Depuis 45 ans, Jeannie Neveu milite pour que les femmes de la terre prennent leur place au soleil

par Mélissa Guillemette
Photo: Mélissa Guillemette (Vira Skora et sa ferme)

Vira Skora, 45 ans, mère de deux enfants, se lève tous les jours avant le soleil pour traire et soigner les cinq vaches que la famille élève dans le petit village de Panasivka, en Ukraine. Puis elle part pour la petite école du village, où elle enseigne au primaire. «Ici, les enseignants touchent un tout petit salaire; c’est pour ça que je dois jongler avec deux boulots», explique-t-elle.

Même rengaine le midi, puis le soir; Vira n’arrête jamais! «Mon mari m’appelle sa Cendrillon!» Il est vrai qu’elle ne cesse de travailler qu’une fois le soleil couché.

La vie de cette Ukrainienne est toutefois sur le point de changer, grâce à une parfaite inconnue. En juin dernier, Vira a reçu la visite de Jeannie Neveu, une agricultrice de Rawdon, dans Lanaudière, venue aider les productrices laitières des régions de Lviv et de Dnipropetrovsk à mieux exploiter leur ferme. L’objectif: acquérir une meilleure indépendance financière, tout en augmentant la production laitière, dans ce pays où 80 pour 100 du lait est produit dans des fermes de trois vaches et moins. Le secteur laitier ukrainien, en déclin depuis l’indépendance du pays et la fin des fermes collectives de l’URSS en 1997, a bien besoin d’appui. Les vaches en Ukraine produisent trois fois moins de lait qu’au Québec, en raison de la mauvaise nutrition et de l’état piteux des fermes.

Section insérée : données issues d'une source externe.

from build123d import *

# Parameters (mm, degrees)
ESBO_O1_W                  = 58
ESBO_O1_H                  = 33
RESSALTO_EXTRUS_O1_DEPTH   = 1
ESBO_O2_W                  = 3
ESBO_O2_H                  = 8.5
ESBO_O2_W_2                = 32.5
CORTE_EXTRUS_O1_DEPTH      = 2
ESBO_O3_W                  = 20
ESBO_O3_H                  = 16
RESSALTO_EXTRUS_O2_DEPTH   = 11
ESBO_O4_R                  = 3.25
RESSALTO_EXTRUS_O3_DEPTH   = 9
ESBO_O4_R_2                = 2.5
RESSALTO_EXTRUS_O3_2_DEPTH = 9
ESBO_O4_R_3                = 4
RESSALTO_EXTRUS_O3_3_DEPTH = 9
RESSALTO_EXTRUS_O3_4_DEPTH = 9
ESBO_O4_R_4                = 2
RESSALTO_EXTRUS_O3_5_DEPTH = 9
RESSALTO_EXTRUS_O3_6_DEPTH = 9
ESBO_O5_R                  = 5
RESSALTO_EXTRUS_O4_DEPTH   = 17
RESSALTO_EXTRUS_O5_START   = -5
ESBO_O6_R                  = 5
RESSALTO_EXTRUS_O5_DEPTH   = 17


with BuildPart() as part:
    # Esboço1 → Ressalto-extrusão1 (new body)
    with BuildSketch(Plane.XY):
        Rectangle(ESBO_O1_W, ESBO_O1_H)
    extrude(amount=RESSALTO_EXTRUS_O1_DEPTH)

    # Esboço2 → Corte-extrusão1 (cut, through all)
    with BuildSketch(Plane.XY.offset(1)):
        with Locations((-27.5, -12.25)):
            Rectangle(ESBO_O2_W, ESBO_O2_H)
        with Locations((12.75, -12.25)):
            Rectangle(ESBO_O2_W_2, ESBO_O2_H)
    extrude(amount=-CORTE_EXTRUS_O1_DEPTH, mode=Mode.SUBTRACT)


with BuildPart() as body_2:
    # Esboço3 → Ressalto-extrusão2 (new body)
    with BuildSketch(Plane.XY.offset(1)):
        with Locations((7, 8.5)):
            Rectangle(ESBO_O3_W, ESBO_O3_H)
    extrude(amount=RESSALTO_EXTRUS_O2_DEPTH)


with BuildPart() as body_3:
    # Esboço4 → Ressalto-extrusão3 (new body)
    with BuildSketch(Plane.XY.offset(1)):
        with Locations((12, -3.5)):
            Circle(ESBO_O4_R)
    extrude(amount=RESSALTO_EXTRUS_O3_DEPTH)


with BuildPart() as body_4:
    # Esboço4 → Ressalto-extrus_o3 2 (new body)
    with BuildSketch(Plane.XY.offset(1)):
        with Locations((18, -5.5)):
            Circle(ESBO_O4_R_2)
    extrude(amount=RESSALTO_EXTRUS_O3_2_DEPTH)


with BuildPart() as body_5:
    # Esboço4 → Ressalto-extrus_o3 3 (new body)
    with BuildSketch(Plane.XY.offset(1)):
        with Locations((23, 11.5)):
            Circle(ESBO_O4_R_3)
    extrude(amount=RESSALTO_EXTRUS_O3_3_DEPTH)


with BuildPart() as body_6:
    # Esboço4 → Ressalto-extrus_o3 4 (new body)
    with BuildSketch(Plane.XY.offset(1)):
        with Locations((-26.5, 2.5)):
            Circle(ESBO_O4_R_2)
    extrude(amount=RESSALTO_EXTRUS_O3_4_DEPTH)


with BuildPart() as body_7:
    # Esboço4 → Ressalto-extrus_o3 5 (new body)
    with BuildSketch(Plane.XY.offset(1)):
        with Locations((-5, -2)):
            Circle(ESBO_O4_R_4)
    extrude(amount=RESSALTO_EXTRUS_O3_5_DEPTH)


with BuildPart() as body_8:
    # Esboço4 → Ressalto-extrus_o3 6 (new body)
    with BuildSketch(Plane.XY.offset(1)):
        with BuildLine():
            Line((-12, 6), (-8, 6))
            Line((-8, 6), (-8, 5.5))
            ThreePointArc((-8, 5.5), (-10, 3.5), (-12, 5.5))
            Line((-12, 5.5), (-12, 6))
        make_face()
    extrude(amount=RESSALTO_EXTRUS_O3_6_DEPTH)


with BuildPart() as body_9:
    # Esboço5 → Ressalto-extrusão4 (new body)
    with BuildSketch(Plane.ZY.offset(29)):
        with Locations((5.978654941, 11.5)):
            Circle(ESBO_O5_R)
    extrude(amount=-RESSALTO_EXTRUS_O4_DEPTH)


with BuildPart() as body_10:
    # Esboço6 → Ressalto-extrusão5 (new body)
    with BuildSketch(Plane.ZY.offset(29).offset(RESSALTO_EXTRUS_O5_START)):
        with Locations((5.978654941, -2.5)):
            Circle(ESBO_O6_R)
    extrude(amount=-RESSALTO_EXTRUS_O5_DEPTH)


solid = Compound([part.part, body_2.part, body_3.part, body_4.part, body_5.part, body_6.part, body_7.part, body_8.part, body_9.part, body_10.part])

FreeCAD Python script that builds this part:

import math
import FreeCAD as App
import Part
import Sketcher

V = App.Vector
Q = App.Units.Quantity


def add_polygon(sketch, points):
    """Adds a closed chain of lines whose ends are joined by coincident constraints."""
    first, n = sketch.GeometryCount, len(points)
    for a, b in zip(points, points[1:] + points[:1]):
        sketch.addGeometry(Part.LineSegment(App.Vector(*a, 0), App.Vector(*b, 0)), False)
    for i in range(n):
        sketch.addConstraint(Sketcher.Constraint("Coincident", first + i, 2, first + (i + 1) % n, 1))

doc = App.newDocument("Part")
body = doc.addObject("PartDesign::Body", "Body")

# Sketch on XY plane
sketch1 = body.newObject("Sketcher::SketchObject", "Sketch")
sketch1.AttachmentSupport = (doc.getObject("XY_Plane"), [""])
sketch1.MapMode = "FlatFace"
add_polygon(sketch1, [(-29, 16), (-29, -16), (29, -16), (29, 16)])  # lines 0-3
sketch1.addConstraint([
    Sketcher.Constraint("Vertical", 0),
    Sketcher.Constraint("Horizontal", 1),
    Sketcher.Constraint("Vertical", 2),
    Sketcher.Constraint("Horizontal", 3),
    Sketcher.Constraint("Symmetric", 0, 2, 2, 2, -1, 1),
    Sketcher.Constraint("DistanceX", 1, 1, 1, 2, Q("58 mm")),
    Sketcher.Constraint("DistanceY", 0, 2, 0, 1, Q("33 mm")),
])
pad1 = body.newObject("PartDesign::Pad", "Pad")
pad1.Profile = sketch1
pad1.Length = 1

# Sketch on XY plane
sketch2 = body.newObject("Sketcher::SketchObject", "Sketch001")
sketch2.AttachmentSupport = (doc.getObject("XY_Plane"), [""])
sketch2.MapMode = "FlatFace"
sketch2.AttachmentOffset = App.Placement(V(0, 0, 1), App.Rotation())
add_polygon(sketch2, [(-29, -8), (-29, -16.5), (-26, -16.5), (-26, -8)])  # lines 0-3
add_polygon(sketch2, [(-3.5, -8), (-3.5, -16.5), (29, -16.5), (29, -8)])  # lines 4-7
sketch2.addConstraint([
    Sketcher.Constraint("Vertical", 0),
    Sketcher.Constraint("Horizontal", 1),
    Sketcher.Constraint("Vertical", 2),
    Sketcher.Constraint("Horizontal", 3),
    Sketcher.Constraint("Vertical", 4),
    Sketcher.Constraint("Horizontal", 5),
    Sketcher.Constraint("Vertical", 6),
    Sketcher.Constraint("Horizontal", 7),
    Sketcher.Constraint("Symmetric", 0, 2, 5, 2, -2),
    Sketcher.Constraint("Horizontal", 3, 2, 6, 2),
    Sketcher.Constraint("DistanceX", 1, 1, 1, 2, Q("3 mm")),
    Sketcher.Constraint("DistanceX", 5, 1, 5, 2, Q("32.5 mm")),
    Sketcher.Constraint("DistanceY", 0, 2, 0, 1, Q("8.5 mm")),
    Sketcher.Constraint("DistanceX", 0, 2, -1, 1, Q("29 mm")),
    Sketcher.Constraint("DistanceY", 2, 2, -1, 1, Q("8 mm")),
])
pocket1 = body.newObject("PartDesign::Pocket", "Pocket")
pocket1.Profile = sketch2
pocket1.Type = "ThroughAll"
body2 = doc.addObject("PartDesign::Body", "Body001")

# Sketch on XY plane
sketch3 = body2.newObject("Sketcher::SketchObject", "Sketch002")
sketch3.AttachmentSupport = (doc.getObject("XY_Plane001"), [""])
sketch3.MapMode = "FlatFace"
sketch3.AttachmentOffset = App.Placement(V(0, 0, 1), App.Rotation())
add_polygon(sketch3, [(-3, 16), (-3, 0), (17, 0), (17, 16)])  # lines 0-3
sketch3.addConstraint([
    Sketcher.Constraint("Vertical", 0),
    Sketcher.Constraint("Horizontal", 1),
    Sketcher.Constraint("Vertical", 2),
    Sketcher.Constraint("Horizontal", 3),
    Sketcher.Constraint("DistanceX", 1, 1, 1, 2, Q("20 mm")),
    Sketcher.Constraint("DistanceY", 0, 2, 0, 1, Q("16 mm")),
    Sketcher.Constraint("DistanceX", 0, 2, -1, 1, Q("3 mm")),
    Sketcher.Constraint("DistanceY", -1, 1, 0, 2, Q("0.5 mm")),
])
pad2 = body2.newObject("PartDesign::Pad", "Pad001")
pad2.Profile = sketch3
pad2.Length = 11
body3 = doc.addObject("PartDesign::Body", "Body002")

# Sketch on XY plane
sketch4 = body3.newObject("Sketcher::SketchObject", "Sketch003")
sketch4.AttachmentSupport = (doc.getObject("XY_Plane002"), [""])
sketch4.MapMode = "FlatFace"
sketch4.AttachmentOffset = App.Placement(V(0, 0, 1), App.Rotation())
sketch4.addGeometry(Part.Circle(V(12, -3.5, 0), V(0, 0, 1), 3.2), False)
sketch4.addConstraint([
    Sketcher.Constraint("Diameter", 0, Q("6.5 mm")),
    Sketcher.Constraint("DistanceX", -1, 1, 0, 3, Q("12 mm")),
    Sketcher.Constraint("DistanceY", 0, 3, -1, 1, Q("3.5 mm")),
])
pad3 = body3.newObject("PartDesign::Pad", "Pad002")
pad3.Profile = sketch4
pad3.Length = 9
body4 = doc.addObject("PartDesign::Body", "Body003")

# Sketch on XY plane
sketch5 = body4.newObject("Sketcher::SketchObject", "Sketch004")
sketch5.AttachmentSupport = (doc.getObject("XY_Plane003"), [""])
sketch5.MapMode = "FlatFace"
sketch5.AttachmentOffset = App.Placement(V(0, 0, 1), App.Rotation())
sketch5.addGeometry(Part.Circle(V(18, -5.5, 0), V(0, 0, 1), 2.5), False)
sketch5.addConstraint([
    Sketcher.Constraint("Diameter", 0, Q("5 mm")),
    Sketcher.Constraint("DistanceX", -1, 1, 0, 3, Q("18 mm")),
    Sketcher.Constraint("DistanceY", 0, 3, -1, 1, Q("5.5 mm")),
])
pad4 = body4.newObject("PartDesign::Pad", "Pad003")
pad4.Profile = sketch5
pad4.Length = 9
body5 = doc.addObject("PartDesign::Body", "Body004")

# Sketch on XY plane
sketch6 = body5.newObject("Sketcher::SketchObject", "Sketch005")
sketch6.AttachmentSupport = (doc.getObject("XY_Plane004"), [""])
sketch6.MapMode = "FlatFace"
sketch6.AttachmentOffset = App.Placement(V(0, 0, 1), App.Rotation())
sketch6.addGeometry(Part.Circle(V(23, 11.5, 0), V(0, 0, 1), 4), False)
sketch6.addConstraint([
    Sketcher.Constraint("Diameter", 0, Q("8 mm")),
    Sketcher.Constraint("DistanceX", -1, 1, 0, 3, Q("23 mm")),
    Sketcher.Constraint("DistanceY", -1, 1, 0, 3, Q("11.5 mm")),
])
pad5 = body5.newObject("PartDesign::Pad", "Pad004")
pad5.Profile = sketch6
pad5.Length = 9
body6 = doc.addObject("PartDesign::Body", "Body005")

# Sketch on XY plane
sketch7 = body6.newObject("Sketcher::SketchObject", "Sketch006")
sketch7.AttachmentSupport = (doc.getObject("XY_Plane005"), [""])
sketch7.MapMode = "FlatFace"
sketch7.AttachmentOffset = App.Placement(V(0, 0, 1), App.Rotation())
sketch7.addGeometry(Part.Circle(V(-26.5, 2.5, 0), V(0, 0, 1), 2.5), False)
sketch7.addConstraint([
    Sketcher.Constraint("Diameter", 0, Q("5 mm")),
    Sketcher.Constraint("DistanceX", 0, 3, -1, 1, Q("26.5 mm")),
    Sketcher.Constraint("DistanceY", -1, 1, 0, 3, Q("2.5 mm")),
])
pad6 = body6.newObject("PartDesign::Pad", "Pad005")
pad6.Profile = sketch7
pad6.Length = 9
body7 = doc.addObject("PartDesign::Body", "Body006")

# Sketch on XY plane
sketch8 = body7.newObject("Sketcher::SketchObject", "Sketch007")
sketch8.AttachmentSupport = (doc.getObject("XY_Plane006"), [""])
sketch8.MapMode = "FlatFace"
sketch8.AttachmentOffset = App.Placement(V(0, 0, 1), App.Rotation())
sketch8.addGeometry(Part.Circle(V(-5, -2, 0), V(0, 0, 1), 2), False)
sketch8.addConstraint([
    Sketcher.Constraint("Diameter", 0, Q("4 mm")),
    Sketcher.Constraint("DistanceX", 0, 3, -1, 1, Q("5 mm")),
    Sketcher.Constraint("DistanceY", 0, 3, -1, 1, Q("2 mm")),
])
pad7 = body7.newObject("PartDesign::Pad", "Pad006")
pad7.Profile = sketch8
pad7.Length = 9
body8 = doc.addObject("PartDesign::Body", "Body007")

# Sketch on XY plane
sketch9 = body8.newObject("Sketcher::SketchObject", "Sketch008")
sketch9.AttachmentSupport = (doc.getObject("XY_Plane007"), [""])
sketch9.MapMode = "FlatFace"
sketch9.AttachmentOffset = App.Placement(V(0, 0, 1), App.Rotation())
sketch9.addGeometry([
    Part.LineSegment(V(-8, 6, 0), V(-12, 6, 0)),
    Part.LineSegment(V(-12, 6, 0), V(-12, 5.5, 0)),
    Part.ArcOfCircle(Part.Circle(V(-10, 5.5, 0), V(0, 0, 1), 2), math.radians(180), math.radians(360)),
    Part.LineSegment(V(-8, 5.5, 0), V(-8, 6, 0)),
], False)
sketch9.addConstraint([
    Sketcher.Constraint("Coincident", 0, 2, 1, 1),
    Sketcher.Constraint("Tangent", 1, 2, 2, 1),
    Sketcher.Constraint("Tangent", 2, 2, 3, 1),
    Sketcher.Constraint("Coincident", 3, 2, 0, 1),
    Sketcher.Constraint("Horizontal", 0),
    Sketcher.Constraint("Vertical", 1),
    Sketcher.Constraint("Vertical", 3),
    Sketcher.Constraint("Radius", 2, Q("2 mm")),
    Sketcher.Constraint("DistanceY", 1, 2, 1, 1, Q("0.5 mm")),
    Sketcher.Constraint("DistanceX", 2, 3, -1, 1, Q("10 mm")),
    Sketcher.Constraint("DistanceY", -1, 1, 0, 2, Q("6 mm")),
])
pad8 = body8.newObject("PartDesign::Pad", "Pad007")
pad8.Profile = sketch9
pad8.Length = 9
body9 = doc.addObject("PartDesign::Body", "Body008")

# Sketch on YZ plane
sketch10 = body9.newObject("Sketcher::SketchObject", "Sketch009")
sketch10.AttachmentSupport = (doc.getObject("YZ_Plane008"), [""])
sketch10.MapMode = "FlatFace"
sketch10.AttachmentOffset = App.Placement(V(0, 0, -29), App.Rotation())
sketch10.addGeometry(Part.Circle(V(12, 6, 0), V(0, 0, 1), 5), False)
sketch10.addConstraint([
    Sketcher.Constraint("Diameter", 0, Q("10 mm")),
    Sketcher.Constraint("DistanceX", -1, 1, 0, 3, Q("11.5 mm")),
    Sketcher.Constraint("DistanceY", -1, 1, 0, 3, Q("5.978655 mm")),
])
pad9 = body9.newObject("PartDesign::Pad", "Pad008")
pad9.Profile = sketch10
pad9.Length = 17
body10 = doc.addObject("PartDesign::Body", "Body009")

# Sketch on YZ plane
sketch11 = body10.newObject("Sketcher::SketchObject", "Sketch010")
sketch11.AttachmentSupport = (doc.getObject("YZ_Plane009"), [""])
sketch11.MapMode = "FlatFace"
sketch11.AttachmentOffset = App.Placement(V(0, 0, -24), App.Rotation())
sketch11.addGeometry(Part.Circle(V(-2, 6, 0), V(0, 0, 1), 5), False)
sketch11.addConstraint([
    Sketcher.Constraint("Diameter", 0, Q("10 mm")),
    Sketcher.Constraint("DistanceX", 0, 3, -1, 1, Q("2.5 mm")),
    Sketcher.Constraint("DistanceY", -1, 1, 0, 3, Q("5.978655 mm")),
])
pad10 = body10.newObject("PartDesign::Pad", "Pad009")
pad10.Profile = sketch11
pad10.Length = 17

doc.recompute()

«Les Ukrainiennes travaillent fort sur la ferme, comme au Québec, mais elles ne prennent pas toujours part aux décisions concernant la gestion de l’entreprise», explique Jeannie, une petite rousse de 66 ans, qui en est à son deuxième voyage en Ukraine avec l’organisme québécois SOCODEVI – Société de coopération pour le développement international. Les femmes font la traite, nourrissent le bétail, mais contrôlent rarement le budget de la ferme. L’achat d’une trayeuse mécanique, par exemple, est souvent reporté, puisqu’il profite uniquement à la femme. Pourtant, cet outil moderne permet de gagner beaucoup en temps et en confort – la traite manuelle peut être très douloureuse pour les mains.

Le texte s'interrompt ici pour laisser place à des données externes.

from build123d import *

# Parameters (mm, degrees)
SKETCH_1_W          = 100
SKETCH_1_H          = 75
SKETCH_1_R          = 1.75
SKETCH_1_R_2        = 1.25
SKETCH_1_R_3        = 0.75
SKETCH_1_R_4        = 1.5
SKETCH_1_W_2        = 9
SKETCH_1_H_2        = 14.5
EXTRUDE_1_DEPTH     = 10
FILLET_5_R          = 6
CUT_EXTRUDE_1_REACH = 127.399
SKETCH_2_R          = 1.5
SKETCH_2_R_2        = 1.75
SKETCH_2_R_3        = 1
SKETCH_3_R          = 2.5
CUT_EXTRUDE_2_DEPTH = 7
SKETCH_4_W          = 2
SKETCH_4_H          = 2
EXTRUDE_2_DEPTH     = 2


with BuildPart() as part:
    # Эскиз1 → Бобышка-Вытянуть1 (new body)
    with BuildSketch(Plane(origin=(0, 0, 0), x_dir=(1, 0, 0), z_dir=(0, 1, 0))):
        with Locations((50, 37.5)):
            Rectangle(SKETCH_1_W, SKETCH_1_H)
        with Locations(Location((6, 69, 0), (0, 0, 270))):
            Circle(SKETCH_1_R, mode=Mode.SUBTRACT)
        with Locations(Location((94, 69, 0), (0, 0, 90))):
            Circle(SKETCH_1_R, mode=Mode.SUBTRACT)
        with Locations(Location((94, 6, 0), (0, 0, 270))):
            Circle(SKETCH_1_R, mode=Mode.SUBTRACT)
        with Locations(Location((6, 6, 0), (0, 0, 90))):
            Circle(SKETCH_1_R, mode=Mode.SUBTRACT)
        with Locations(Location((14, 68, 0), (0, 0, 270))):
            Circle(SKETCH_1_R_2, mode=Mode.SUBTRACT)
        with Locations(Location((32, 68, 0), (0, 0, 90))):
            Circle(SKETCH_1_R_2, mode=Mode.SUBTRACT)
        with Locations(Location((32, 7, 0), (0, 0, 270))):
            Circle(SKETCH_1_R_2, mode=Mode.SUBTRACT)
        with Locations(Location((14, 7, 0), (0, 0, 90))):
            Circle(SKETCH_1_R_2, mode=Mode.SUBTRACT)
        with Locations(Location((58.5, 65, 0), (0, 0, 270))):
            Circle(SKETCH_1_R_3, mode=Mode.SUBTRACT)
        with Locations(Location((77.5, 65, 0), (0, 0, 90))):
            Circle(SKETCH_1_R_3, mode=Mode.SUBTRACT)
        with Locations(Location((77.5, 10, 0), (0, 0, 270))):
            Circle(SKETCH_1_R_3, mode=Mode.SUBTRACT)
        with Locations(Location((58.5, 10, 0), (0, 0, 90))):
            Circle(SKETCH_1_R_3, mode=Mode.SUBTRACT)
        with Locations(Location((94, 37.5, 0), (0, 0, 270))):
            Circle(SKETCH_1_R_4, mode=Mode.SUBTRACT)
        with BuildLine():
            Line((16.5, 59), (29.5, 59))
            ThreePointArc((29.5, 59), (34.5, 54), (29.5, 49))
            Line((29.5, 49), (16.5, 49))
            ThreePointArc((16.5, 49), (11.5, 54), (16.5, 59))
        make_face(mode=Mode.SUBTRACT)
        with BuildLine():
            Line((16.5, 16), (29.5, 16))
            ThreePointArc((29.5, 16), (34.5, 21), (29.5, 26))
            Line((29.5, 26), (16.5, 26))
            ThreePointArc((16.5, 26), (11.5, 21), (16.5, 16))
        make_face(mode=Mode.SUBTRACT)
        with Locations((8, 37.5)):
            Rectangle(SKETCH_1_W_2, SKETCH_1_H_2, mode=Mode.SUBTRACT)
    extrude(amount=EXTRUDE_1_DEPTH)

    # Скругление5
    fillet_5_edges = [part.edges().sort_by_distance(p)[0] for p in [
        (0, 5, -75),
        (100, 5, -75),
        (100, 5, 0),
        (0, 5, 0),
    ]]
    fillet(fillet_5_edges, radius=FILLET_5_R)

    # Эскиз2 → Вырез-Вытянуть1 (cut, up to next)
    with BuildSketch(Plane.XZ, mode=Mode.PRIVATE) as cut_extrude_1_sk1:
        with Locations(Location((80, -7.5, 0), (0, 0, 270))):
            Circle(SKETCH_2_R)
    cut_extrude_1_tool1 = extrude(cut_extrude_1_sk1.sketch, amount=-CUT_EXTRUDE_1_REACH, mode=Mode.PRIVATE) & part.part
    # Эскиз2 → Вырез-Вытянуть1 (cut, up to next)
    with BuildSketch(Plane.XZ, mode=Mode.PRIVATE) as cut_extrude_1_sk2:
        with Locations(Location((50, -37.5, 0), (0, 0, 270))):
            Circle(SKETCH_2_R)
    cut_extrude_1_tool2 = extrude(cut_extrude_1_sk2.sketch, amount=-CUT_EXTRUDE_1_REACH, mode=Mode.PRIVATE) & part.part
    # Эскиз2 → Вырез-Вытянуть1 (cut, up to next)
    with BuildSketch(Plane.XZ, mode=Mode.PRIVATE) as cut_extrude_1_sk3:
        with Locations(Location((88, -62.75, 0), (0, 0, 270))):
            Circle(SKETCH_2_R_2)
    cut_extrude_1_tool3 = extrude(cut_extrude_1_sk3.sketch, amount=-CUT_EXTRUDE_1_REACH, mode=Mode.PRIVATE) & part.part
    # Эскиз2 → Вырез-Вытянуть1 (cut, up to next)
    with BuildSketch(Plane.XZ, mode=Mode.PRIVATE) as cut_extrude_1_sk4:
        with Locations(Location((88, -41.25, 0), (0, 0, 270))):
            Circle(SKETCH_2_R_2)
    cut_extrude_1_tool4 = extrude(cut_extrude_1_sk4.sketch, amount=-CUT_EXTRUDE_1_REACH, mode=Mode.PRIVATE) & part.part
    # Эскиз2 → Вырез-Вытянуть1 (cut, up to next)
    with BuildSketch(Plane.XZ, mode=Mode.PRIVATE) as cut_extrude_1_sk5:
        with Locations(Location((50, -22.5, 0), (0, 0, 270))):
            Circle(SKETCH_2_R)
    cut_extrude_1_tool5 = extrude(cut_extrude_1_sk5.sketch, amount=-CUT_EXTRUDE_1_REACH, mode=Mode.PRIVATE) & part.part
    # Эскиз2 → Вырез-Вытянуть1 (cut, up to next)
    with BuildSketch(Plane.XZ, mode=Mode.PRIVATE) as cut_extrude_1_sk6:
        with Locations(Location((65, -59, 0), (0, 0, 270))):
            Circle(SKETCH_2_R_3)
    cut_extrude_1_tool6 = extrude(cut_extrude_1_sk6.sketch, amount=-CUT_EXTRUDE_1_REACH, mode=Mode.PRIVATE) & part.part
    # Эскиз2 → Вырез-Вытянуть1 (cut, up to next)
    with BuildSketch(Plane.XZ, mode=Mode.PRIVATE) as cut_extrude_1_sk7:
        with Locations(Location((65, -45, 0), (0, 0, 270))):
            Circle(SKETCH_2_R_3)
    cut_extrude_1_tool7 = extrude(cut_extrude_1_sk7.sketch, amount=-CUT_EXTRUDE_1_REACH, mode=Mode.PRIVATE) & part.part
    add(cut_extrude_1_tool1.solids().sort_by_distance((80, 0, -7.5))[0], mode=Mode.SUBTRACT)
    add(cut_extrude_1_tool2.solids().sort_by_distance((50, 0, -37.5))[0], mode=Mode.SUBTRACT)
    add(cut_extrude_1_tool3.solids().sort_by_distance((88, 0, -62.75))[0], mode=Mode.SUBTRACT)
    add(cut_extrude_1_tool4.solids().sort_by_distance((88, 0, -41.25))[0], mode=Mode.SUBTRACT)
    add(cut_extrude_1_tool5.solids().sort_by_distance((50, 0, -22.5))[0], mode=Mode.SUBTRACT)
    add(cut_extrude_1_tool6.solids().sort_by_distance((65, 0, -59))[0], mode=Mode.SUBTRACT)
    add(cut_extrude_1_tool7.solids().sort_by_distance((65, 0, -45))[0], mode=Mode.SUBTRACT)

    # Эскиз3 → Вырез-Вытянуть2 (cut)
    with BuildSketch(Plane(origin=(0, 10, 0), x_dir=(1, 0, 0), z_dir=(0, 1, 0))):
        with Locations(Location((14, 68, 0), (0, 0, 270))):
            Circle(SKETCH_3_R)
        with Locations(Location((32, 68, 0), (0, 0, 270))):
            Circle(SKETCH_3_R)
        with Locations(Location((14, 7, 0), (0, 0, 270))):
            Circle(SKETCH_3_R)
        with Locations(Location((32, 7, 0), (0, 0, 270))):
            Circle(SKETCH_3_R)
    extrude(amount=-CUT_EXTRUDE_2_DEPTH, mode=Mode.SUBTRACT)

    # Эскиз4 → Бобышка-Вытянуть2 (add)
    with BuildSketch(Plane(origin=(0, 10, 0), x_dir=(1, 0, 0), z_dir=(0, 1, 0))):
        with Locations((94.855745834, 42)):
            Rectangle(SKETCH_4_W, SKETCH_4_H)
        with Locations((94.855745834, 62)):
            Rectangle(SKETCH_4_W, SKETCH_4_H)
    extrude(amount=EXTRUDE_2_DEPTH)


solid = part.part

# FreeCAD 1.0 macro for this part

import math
import FreeCAD as App
import Part
import Sketcher
from FreeCAD import Vector


def edges_at(feature, points):
    """Names of the edges that pass closest to the given points."""
    edges = feature.Shape.Edges
    near = lambda p: min(range(len(edges)), key=lambda i: edges[i].distToShape(Part.Vertex(*p))[0])
    return sorted({f"Edge{near(p) + 1}" for p in points})

doc = App.newDocument("Part")
body = doc.addObject("PartDesign::Body", "Body")

sketch1 = body.newObject("Sketcher::SketchObject", "Sketch")
sketch1.AttachmentSupport = (doc.getObject("XZ_Plane"), [""])
sketch1.MapMode = "FlatFace"
sketch1.addGeometry([
    Part.LineSegment(Vector(0, -75, 0), Vector(0, 0, 0)),
    Part.LineSegment(Vector(0, 0, 0), Vector(100, 0, 0)),
    Part.LineSegment(Vector(100, 0, 0), Vector(100, -75, 0)),
    Part.LineSegment(Vector(100, -75, 0), Vector(0, -75, 0)),
    Part.Circle(Vector(6, -6, 0), Vector(0, 0, 1), 1.75),
    Part.Circle(Vector(14, -7, 0), Vector(0, 0, 1), 1.25),
    Part.Circle(Vector(32, -7, 0), Vector(0, 0, 1), 1.25),
    Part.LineSegment(Vector(29.5, -16, 0), Vector(16.5, -16, 0)),
    Part.ArcOfCircle(Part.Circle(Vector(16.5, -21, 0), Vector(0, 0, 1), 5), math.radians(90), math.radians(270)),
    Part.LineSegment(Vector(16.5, -26, 0), Vector(29.5, -26, 0)),
    Part.ArcOfCircle(Part.Circle(Vector(29.5, -21, 0), Vector(0, 0, 1), 5), math.radians(-90), math.radians(90)),
    Part.Circle(Vector(58.5, -10, 0), Vector(0, 0, 1), 0.75),
    Part.Circle(Vector(77.5, -10, 0), Vector(0, 0, 1), 0.75),
    Part.Circle(Vector(94, -6, 0), Vector(0, 0, 1), 1.75),
    Part.LineSegment(Vector(12.5, -30.25, 0), Vector(3.5, -30.25, 0)),
    Part.LineSegment(Vector(3.5, -30.25, 0), Vector(3.5, -44.75, 0)),
    Part.LineSegment(Vector(3.5, -44.75, 0), Vector(12.5, -44.75, 0)),
    Part.LineSegment(Vector(12.5, -44.75, 0), Vector(12.5, -30.25, 0)),
    Part.ArcOfCircle(Part.Circle(Vector(16.5, -54, 0), Vector(0, 0, 1), 5), math.radians(90), math.radians(270)),
    Part.LineSegment(Vector(16.5, -59, 0), Vector(29.5, -59, 0)),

Quand elle rencontre ces femmes, Jeannie leur raconte d’abord son histoire afin de leur montrer qu’elles ont leur place en agriculture. Fille de bûcheron, elle est venue à la terre en mariant un fermier au cours des années 1960. Très vite, elle a le coup de foudre pour ce métier dont elle ne connaît rien! Pas question, pour elle, de rester collée à ses fourneaux, aux couches et à la traite manuelle des vaches, comme le voulait la tradition à l’époque. L’agricultrice grimpe sur le tracteur et a son mot à dire sur toutes les décisions de la ferme laitière, en plus de s’engager dans plusieurs comités agricoles de la région, où elle est souvent la seule femme.

Sa lutte pour l’égalité des femmes et des hommes au champ s’amorce au cours des années 1980. Jeannie participe à la fondation d’une branche régionale du Comité provincial des femmes en agriculture. Avec quelques copines, elle organise des rencontres d’information destinées aux femmes de Lanaudière. Parmi leurs nombreuses revendications: le droit d’être copropriétaires de la terre avec leur mari.

«On était vues un peu comme des faiseuses de trouble!» se souvient Jeannie en riant. Mais des «faiseuses de trouble» efficaces: grâce à elles, la situation des femmes dans les campagnes évolue. C’est ce modèle qu’elle tente de promouvoir en Ukraine, après l’avoir présenté au Guatemala il y a quelques années.

Par un après-midi pluvieux de juin, Vira Skora raconte à Jeannie que les transformateurs de lait sous-évaluent la quantité de gras dans son lait pour lui acheter sa production à moindre prix. «Je comprends», lui dit Jeannie avant de lui fournir quelques trucs pour qu’elle puisse elle-même faire ses propres tests pour l’usine.

Lors de ses visites dans les fermes ukrainiennes, Jeannie conseille aussi les femmes sur la manière d’obtenir de meilleures récoltes de foins, sur l’achat de matériel ou sur la mise sur pied d’une coopérative laitière. Son but: influencer ne serait-ce que quelques femmes, en faire des décideuses. «Si je peux l’être, pourquoi d’autres femmes ne le pourraient-elles pas?» dit Jeannie, qui a été la première femme à siéger au conseil d’administration de la coopérative Agropur grâce à sa force de caractère – ce «sang irlandais» qui lui vaut bien des taquineries de ses collègues.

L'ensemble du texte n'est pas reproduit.